Nature: Scientists have successfully developed a functional proteomic blueprint for E. coli that promises to reveal the function and interoperability of different genes in cells

December 14, 2020 // -- Understanding how genes work and how they interact with another gene is a major goal that scientists working on biology want to achieve, and of course, this can pose enormous challenges in terms of both methods and the number of experiments required, and recent research has changed scientists' ability to map gene function and interaction. In a study published in the international journal Nature, researchers from the European Molecular Biology Laboratory and others developed an innovative technique to measure the activity of thousands of genes at the same time;
picture source: Savitski Team, Holly Joynes/EMBL Thermal Proteomics Analysis reveals the function of bacterial cell proteins At the heart of this study is thermal proteomic analysis (TPP, thermal proteome profiling), a technique developed in 2014 by researcher Michail Savitski and his team, based on the principle that exposure to heat promotes the structural breakdown of proteins, a phenomenon researchers call "denature", in which proteins become insoluble, which turns into solids when the egg is boiled.

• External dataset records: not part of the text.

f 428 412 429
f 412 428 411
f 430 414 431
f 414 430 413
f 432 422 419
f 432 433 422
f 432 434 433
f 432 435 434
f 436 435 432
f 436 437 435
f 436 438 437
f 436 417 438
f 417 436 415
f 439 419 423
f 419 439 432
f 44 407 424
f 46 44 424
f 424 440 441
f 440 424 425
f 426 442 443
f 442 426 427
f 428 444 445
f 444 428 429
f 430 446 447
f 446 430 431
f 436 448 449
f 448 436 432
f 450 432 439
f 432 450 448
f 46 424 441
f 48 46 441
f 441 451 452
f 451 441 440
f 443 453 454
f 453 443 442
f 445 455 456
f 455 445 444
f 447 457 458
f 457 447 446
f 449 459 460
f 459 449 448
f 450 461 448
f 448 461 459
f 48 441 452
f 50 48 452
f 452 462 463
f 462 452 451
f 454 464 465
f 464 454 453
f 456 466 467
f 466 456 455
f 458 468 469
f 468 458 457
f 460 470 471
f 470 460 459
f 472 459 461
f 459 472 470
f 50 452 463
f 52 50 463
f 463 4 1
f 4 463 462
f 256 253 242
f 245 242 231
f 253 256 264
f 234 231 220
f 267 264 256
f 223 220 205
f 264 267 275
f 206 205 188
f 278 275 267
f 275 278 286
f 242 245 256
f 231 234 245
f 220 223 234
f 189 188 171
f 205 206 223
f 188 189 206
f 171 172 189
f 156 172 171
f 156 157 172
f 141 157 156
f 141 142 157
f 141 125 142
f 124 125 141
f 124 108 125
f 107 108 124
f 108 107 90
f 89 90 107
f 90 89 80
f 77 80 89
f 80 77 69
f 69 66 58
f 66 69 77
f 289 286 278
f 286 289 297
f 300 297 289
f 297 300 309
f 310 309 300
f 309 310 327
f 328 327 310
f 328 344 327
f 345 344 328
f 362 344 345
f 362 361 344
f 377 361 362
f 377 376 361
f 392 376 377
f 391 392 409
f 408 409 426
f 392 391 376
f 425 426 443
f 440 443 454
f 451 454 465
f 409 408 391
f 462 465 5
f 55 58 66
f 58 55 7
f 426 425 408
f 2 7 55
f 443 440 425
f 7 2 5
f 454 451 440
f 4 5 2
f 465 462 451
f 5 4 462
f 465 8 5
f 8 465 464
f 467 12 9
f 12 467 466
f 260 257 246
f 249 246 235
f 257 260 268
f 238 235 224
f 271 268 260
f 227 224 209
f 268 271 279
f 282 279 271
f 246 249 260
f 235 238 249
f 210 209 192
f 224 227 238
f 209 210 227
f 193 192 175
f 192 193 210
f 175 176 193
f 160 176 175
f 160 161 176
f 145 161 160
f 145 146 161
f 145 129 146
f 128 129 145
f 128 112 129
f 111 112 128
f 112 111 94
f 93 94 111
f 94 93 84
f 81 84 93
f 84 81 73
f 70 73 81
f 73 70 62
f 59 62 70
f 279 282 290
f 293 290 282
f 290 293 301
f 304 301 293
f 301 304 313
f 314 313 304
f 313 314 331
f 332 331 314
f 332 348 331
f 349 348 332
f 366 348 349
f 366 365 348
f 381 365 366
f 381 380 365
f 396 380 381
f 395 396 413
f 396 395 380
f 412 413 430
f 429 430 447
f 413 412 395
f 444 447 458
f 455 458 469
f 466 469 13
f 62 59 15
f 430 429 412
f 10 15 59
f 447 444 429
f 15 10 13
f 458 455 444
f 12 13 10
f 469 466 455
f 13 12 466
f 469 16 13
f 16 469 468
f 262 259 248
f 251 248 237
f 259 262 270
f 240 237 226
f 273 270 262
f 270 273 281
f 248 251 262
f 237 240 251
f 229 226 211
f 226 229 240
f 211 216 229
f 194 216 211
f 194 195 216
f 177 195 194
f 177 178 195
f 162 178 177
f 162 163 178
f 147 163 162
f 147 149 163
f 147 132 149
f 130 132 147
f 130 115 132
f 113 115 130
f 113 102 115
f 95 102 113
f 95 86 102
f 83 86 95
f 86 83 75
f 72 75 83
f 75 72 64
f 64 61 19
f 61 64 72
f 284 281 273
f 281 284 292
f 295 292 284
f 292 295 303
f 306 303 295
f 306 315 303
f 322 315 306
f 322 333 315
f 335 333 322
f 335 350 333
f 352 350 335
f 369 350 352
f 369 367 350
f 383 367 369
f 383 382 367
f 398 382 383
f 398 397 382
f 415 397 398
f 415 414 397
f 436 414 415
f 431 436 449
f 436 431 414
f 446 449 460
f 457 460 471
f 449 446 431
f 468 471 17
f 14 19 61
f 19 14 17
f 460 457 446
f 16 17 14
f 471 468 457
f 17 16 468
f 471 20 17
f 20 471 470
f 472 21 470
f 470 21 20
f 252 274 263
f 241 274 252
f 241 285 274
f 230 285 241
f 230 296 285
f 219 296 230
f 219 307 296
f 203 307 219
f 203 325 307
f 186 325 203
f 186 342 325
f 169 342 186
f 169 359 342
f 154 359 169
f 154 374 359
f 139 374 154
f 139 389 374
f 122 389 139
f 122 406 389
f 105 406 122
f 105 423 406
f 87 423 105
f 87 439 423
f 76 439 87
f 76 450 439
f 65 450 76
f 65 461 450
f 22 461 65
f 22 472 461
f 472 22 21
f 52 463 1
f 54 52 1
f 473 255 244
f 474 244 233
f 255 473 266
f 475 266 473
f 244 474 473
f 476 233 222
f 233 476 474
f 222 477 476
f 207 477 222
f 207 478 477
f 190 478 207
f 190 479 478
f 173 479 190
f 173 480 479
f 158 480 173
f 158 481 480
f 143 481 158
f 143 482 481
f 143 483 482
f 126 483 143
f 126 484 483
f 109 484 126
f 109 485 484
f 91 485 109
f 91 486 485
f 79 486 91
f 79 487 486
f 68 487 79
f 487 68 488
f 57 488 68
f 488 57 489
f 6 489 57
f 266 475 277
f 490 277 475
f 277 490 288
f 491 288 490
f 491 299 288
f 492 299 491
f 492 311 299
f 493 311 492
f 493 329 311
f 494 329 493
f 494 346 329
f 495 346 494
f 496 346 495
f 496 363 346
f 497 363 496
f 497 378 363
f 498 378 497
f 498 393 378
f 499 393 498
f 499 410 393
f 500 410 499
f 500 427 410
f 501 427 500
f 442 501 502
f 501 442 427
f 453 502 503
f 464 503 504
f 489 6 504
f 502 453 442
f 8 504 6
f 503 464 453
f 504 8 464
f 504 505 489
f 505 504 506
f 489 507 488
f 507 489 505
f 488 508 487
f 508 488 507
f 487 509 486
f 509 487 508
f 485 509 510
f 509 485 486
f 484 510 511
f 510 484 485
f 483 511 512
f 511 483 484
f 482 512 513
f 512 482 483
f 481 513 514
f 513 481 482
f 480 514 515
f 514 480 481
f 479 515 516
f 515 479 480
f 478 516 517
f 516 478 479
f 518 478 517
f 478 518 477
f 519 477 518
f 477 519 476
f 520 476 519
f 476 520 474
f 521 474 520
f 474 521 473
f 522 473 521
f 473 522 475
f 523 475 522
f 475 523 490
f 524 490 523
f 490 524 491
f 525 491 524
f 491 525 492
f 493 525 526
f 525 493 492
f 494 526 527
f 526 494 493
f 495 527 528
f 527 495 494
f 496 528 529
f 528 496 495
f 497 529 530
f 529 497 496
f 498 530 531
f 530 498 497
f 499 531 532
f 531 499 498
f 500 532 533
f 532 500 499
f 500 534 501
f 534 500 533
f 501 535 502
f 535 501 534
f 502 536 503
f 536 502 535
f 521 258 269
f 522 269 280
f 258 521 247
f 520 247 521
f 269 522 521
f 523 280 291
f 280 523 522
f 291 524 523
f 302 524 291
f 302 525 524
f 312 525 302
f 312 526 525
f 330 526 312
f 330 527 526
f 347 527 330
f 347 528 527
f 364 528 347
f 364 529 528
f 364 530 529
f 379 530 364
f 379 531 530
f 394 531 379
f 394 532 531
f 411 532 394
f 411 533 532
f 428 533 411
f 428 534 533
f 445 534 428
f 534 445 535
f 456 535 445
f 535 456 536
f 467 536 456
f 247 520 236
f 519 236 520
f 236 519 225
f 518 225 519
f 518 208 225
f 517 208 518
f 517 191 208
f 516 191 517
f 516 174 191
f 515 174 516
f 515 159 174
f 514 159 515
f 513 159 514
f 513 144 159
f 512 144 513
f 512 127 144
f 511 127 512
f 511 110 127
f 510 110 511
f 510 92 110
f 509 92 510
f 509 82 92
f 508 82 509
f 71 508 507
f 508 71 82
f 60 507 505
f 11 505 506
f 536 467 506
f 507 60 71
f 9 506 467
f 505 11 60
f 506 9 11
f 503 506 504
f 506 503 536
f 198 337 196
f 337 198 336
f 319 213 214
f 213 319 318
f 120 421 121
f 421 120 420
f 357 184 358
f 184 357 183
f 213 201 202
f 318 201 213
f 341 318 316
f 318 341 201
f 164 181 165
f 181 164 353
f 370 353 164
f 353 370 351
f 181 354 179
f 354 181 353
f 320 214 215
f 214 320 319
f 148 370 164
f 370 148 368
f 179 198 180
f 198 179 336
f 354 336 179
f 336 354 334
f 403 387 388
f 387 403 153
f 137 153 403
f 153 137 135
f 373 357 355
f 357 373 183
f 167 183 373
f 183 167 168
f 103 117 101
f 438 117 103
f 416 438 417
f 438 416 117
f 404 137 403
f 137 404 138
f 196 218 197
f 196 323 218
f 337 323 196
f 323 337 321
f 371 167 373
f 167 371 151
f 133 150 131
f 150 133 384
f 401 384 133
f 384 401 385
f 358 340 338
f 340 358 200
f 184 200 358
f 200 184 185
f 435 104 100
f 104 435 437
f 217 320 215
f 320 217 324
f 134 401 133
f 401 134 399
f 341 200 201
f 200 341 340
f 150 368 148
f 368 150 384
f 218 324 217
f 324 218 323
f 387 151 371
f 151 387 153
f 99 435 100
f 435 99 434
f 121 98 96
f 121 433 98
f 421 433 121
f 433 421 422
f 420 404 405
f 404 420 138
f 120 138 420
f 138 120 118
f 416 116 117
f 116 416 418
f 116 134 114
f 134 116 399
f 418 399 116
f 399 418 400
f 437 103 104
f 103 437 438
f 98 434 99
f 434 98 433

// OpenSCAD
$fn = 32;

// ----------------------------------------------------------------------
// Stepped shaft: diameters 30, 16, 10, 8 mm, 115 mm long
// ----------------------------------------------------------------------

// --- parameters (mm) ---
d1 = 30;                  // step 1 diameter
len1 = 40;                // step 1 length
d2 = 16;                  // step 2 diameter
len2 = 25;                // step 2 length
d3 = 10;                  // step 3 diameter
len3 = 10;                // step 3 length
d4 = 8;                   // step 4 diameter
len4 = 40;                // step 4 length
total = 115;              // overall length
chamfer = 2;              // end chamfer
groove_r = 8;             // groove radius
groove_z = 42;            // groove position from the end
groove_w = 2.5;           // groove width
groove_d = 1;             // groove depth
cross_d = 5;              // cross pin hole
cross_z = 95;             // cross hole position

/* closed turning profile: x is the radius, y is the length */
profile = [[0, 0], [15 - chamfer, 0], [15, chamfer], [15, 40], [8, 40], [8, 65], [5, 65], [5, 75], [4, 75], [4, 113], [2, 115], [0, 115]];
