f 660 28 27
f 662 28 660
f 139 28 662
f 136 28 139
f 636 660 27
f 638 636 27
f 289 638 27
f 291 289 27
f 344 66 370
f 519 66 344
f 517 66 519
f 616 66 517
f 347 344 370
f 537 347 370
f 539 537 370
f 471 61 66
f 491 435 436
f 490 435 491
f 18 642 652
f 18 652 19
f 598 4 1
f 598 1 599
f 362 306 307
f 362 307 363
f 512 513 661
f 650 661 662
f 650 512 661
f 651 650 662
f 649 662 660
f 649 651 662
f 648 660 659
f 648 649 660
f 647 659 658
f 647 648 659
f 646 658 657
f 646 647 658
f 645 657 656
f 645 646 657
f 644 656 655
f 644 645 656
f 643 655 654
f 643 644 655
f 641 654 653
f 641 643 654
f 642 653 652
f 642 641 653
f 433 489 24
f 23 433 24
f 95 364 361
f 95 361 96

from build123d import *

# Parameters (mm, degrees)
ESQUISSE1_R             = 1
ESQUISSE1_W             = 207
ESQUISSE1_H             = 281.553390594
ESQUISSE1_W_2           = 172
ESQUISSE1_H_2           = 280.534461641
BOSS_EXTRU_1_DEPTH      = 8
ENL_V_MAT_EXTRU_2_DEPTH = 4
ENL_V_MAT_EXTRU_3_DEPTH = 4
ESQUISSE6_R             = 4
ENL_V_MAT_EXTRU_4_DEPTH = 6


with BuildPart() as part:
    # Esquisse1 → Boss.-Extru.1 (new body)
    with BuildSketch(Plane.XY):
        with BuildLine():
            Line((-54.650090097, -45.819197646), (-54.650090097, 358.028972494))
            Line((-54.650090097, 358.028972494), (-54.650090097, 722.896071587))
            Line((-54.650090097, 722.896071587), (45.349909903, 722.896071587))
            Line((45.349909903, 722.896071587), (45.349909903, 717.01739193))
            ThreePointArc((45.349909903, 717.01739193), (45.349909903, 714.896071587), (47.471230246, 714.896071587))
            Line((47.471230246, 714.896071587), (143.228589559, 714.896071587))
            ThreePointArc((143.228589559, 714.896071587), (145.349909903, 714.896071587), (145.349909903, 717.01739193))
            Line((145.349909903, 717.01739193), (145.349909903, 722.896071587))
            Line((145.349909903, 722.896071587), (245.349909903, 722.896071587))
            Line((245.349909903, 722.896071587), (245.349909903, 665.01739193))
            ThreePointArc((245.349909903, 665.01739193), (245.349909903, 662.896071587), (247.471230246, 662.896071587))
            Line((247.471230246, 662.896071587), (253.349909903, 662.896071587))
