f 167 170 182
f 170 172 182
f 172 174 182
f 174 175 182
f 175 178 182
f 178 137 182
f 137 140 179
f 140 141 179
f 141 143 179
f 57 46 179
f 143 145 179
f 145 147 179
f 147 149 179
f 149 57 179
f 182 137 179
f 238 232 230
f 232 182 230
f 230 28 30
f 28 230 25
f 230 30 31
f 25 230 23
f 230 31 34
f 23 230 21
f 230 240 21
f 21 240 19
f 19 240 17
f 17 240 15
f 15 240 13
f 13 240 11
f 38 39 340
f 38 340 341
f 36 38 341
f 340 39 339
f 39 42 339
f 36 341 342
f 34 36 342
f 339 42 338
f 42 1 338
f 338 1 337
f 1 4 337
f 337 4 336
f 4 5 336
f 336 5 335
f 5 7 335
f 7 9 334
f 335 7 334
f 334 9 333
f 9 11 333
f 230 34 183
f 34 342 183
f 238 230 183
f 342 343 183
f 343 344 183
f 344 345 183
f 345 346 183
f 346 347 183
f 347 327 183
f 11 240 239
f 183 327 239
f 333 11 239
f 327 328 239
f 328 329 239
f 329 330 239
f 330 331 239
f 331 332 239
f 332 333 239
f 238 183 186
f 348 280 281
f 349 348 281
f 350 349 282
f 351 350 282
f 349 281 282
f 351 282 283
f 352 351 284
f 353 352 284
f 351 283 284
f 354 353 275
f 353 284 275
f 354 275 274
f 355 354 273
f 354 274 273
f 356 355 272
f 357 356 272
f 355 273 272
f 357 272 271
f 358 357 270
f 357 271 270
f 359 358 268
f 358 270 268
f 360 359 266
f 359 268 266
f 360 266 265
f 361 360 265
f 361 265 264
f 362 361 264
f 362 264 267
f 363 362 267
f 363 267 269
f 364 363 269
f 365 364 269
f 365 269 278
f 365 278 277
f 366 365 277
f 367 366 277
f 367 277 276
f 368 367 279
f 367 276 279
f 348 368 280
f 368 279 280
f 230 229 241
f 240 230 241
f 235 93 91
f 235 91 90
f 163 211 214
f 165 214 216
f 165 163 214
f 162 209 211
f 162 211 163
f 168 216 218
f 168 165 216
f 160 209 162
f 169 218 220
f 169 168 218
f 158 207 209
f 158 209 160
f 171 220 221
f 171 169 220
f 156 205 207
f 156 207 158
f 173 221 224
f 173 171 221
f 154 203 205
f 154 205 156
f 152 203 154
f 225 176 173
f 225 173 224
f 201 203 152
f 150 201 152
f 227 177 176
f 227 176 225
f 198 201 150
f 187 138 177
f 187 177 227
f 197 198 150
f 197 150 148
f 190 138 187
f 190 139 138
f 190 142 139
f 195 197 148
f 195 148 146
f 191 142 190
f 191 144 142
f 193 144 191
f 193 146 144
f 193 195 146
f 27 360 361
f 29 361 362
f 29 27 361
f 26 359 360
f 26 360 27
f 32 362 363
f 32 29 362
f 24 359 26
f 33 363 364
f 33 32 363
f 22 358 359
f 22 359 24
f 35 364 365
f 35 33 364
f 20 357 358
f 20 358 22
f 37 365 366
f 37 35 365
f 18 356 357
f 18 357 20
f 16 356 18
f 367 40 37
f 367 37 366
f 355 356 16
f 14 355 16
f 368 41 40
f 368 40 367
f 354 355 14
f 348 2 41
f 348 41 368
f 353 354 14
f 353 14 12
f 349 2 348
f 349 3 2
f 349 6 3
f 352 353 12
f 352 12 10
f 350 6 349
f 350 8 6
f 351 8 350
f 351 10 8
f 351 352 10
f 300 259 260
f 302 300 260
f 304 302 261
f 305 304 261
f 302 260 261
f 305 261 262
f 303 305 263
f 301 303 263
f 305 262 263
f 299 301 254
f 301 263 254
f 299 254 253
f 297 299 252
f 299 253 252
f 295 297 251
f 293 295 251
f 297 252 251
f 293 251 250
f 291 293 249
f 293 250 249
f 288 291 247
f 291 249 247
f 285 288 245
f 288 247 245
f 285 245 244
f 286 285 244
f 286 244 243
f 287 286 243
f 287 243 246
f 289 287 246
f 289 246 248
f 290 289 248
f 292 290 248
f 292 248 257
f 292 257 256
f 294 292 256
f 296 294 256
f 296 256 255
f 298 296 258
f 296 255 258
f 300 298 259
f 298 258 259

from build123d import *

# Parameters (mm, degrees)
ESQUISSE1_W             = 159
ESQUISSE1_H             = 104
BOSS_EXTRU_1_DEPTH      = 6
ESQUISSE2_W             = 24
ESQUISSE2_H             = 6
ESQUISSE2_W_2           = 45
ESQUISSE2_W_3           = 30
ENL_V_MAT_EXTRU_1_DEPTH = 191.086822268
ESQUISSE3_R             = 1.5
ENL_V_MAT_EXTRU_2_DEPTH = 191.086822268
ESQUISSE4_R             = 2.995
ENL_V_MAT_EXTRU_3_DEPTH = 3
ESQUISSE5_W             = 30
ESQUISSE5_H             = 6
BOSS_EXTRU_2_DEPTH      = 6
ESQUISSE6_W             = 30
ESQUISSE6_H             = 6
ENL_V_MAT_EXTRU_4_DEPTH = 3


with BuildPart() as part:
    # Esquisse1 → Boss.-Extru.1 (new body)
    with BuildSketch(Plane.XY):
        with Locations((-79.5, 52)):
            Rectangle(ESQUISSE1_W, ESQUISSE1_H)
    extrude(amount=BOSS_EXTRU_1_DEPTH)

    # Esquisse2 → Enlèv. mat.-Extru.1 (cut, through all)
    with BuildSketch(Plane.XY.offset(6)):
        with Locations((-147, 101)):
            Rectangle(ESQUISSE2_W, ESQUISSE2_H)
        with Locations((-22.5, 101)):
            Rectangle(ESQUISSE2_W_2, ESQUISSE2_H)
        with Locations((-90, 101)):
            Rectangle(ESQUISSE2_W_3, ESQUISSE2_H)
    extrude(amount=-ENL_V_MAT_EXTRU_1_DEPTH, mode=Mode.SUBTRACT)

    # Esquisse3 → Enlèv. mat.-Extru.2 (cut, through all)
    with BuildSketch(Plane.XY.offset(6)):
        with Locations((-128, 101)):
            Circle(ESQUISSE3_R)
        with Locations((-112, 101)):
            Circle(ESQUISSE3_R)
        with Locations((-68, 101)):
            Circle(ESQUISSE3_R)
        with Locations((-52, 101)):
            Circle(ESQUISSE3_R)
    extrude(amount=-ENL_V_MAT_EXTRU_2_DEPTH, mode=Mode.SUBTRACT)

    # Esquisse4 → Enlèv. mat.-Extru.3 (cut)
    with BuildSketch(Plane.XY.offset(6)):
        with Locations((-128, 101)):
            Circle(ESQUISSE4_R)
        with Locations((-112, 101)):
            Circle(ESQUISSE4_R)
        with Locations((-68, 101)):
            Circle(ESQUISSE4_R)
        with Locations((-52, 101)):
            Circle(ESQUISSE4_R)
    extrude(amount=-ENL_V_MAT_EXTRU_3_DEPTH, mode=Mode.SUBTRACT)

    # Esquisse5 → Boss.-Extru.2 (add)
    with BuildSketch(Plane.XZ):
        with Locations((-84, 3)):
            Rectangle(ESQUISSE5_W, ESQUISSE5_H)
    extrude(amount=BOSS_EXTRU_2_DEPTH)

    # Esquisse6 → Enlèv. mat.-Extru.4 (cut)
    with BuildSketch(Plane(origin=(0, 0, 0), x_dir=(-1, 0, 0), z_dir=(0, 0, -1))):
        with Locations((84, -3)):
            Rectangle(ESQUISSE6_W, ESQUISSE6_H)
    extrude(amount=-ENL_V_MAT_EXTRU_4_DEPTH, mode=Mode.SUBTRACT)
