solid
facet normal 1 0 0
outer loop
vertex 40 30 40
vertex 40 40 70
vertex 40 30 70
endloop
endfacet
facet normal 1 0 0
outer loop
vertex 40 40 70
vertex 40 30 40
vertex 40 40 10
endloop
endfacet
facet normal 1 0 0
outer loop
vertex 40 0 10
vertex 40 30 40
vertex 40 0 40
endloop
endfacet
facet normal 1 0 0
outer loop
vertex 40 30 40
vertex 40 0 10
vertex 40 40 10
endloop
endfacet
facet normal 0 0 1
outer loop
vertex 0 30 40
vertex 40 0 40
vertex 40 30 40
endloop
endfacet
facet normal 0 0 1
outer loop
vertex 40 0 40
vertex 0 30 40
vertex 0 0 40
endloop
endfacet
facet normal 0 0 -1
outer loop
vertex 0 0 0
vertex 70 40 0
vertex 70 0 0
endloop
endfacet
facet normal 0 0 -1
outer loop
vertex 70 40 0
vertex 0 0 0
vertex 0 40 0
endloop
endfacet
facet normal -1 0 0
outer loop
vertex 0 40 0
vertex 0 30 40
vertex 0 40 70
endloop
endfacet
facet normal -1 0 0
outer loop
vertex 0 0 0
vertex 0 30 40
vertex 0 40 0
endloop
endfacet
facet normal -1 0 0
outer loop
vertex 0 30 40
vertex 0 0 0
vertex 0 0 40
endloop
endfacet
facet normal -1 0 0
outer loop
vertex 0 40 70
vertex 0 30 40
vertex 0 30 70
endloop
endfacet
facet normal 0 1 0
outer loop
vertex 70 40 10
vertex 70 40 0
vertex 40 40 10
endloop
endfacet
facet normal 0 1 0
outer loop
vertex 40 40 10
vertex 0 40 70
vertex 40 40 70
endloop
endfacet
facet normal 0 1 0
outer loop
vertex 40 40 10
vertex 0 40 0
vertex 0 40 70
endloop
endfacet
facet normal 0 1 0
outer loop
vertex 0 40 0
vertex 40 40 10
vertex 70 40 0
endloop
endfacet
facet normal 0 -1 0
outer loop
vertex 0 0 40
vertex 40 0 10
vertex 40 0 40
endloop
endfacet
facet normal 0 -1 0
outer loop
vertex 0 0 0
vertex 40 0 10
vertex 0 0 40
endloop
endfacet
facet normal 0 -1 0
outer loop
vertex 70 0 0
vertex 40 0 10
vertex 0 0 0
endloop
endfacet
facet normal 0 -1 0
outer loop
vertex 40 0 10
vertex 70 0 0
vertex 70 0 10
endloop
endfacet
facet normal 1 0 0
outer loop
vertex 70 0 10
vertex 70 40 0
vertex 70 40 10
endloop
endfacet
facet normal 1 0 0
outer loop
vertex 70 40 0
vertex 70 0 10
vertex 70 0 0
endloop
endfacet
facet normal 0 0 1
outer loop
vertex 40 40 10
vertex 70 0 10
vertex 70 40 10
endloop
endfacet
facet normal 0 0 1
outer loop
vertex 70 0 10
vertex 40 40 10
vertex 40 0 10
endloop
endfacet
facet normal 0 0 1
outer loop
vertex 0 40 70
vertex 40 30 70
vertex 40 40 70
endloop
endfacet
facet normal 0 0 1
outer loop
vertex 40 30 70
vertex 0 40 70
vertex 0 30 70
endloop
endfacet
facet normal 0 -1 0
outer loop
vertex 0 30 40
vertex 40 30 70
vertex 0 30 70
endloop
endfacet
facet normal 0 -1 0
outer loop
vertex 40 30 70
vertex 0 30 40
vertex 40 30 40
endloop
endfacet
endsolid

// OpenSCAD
// Isometric_3.scad
// Produces 3 different and complex views

translate ([0,0,0])
cube ([40,40,40]);

translate ([40,0,0])
cube ([30,40,10]);

translate ([0,30,40])
cube ([40,10,30]);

The researchers used this TPP method in live E. coli, heating cells to different temperatures to analyze how much of each protein in each cell at each temperature is soluble, the temperature of protein denaturation, or to tell researchers whether a protein is in an active state or can interact with a drug or another protein, because the structure of the protein changes when involved in any interaction, and the different structures of the same protein require varying degrees of heat before denaturation. In the
article, the researchers conducted the experiment on 121 E. coli mutants, each with a footprint removed, and then used TPP technology to conduct a deep analysis of the mutants and observe how all proteins in cells are expressed and how they denature, and the results may help researchers analyze the function and interaction of each protein, including hundreds of proteins that scientists do not currently know about.
The dilemma of essential proteins Is currently commonly used by researchers to study a single protein by removing the genes that encode the protein and monitoring the effects of culling on cell behavior, but such methods cannot be used to study the necessary proteins, the genes on which cells depend, because the absence of these genes can contribute to cell death.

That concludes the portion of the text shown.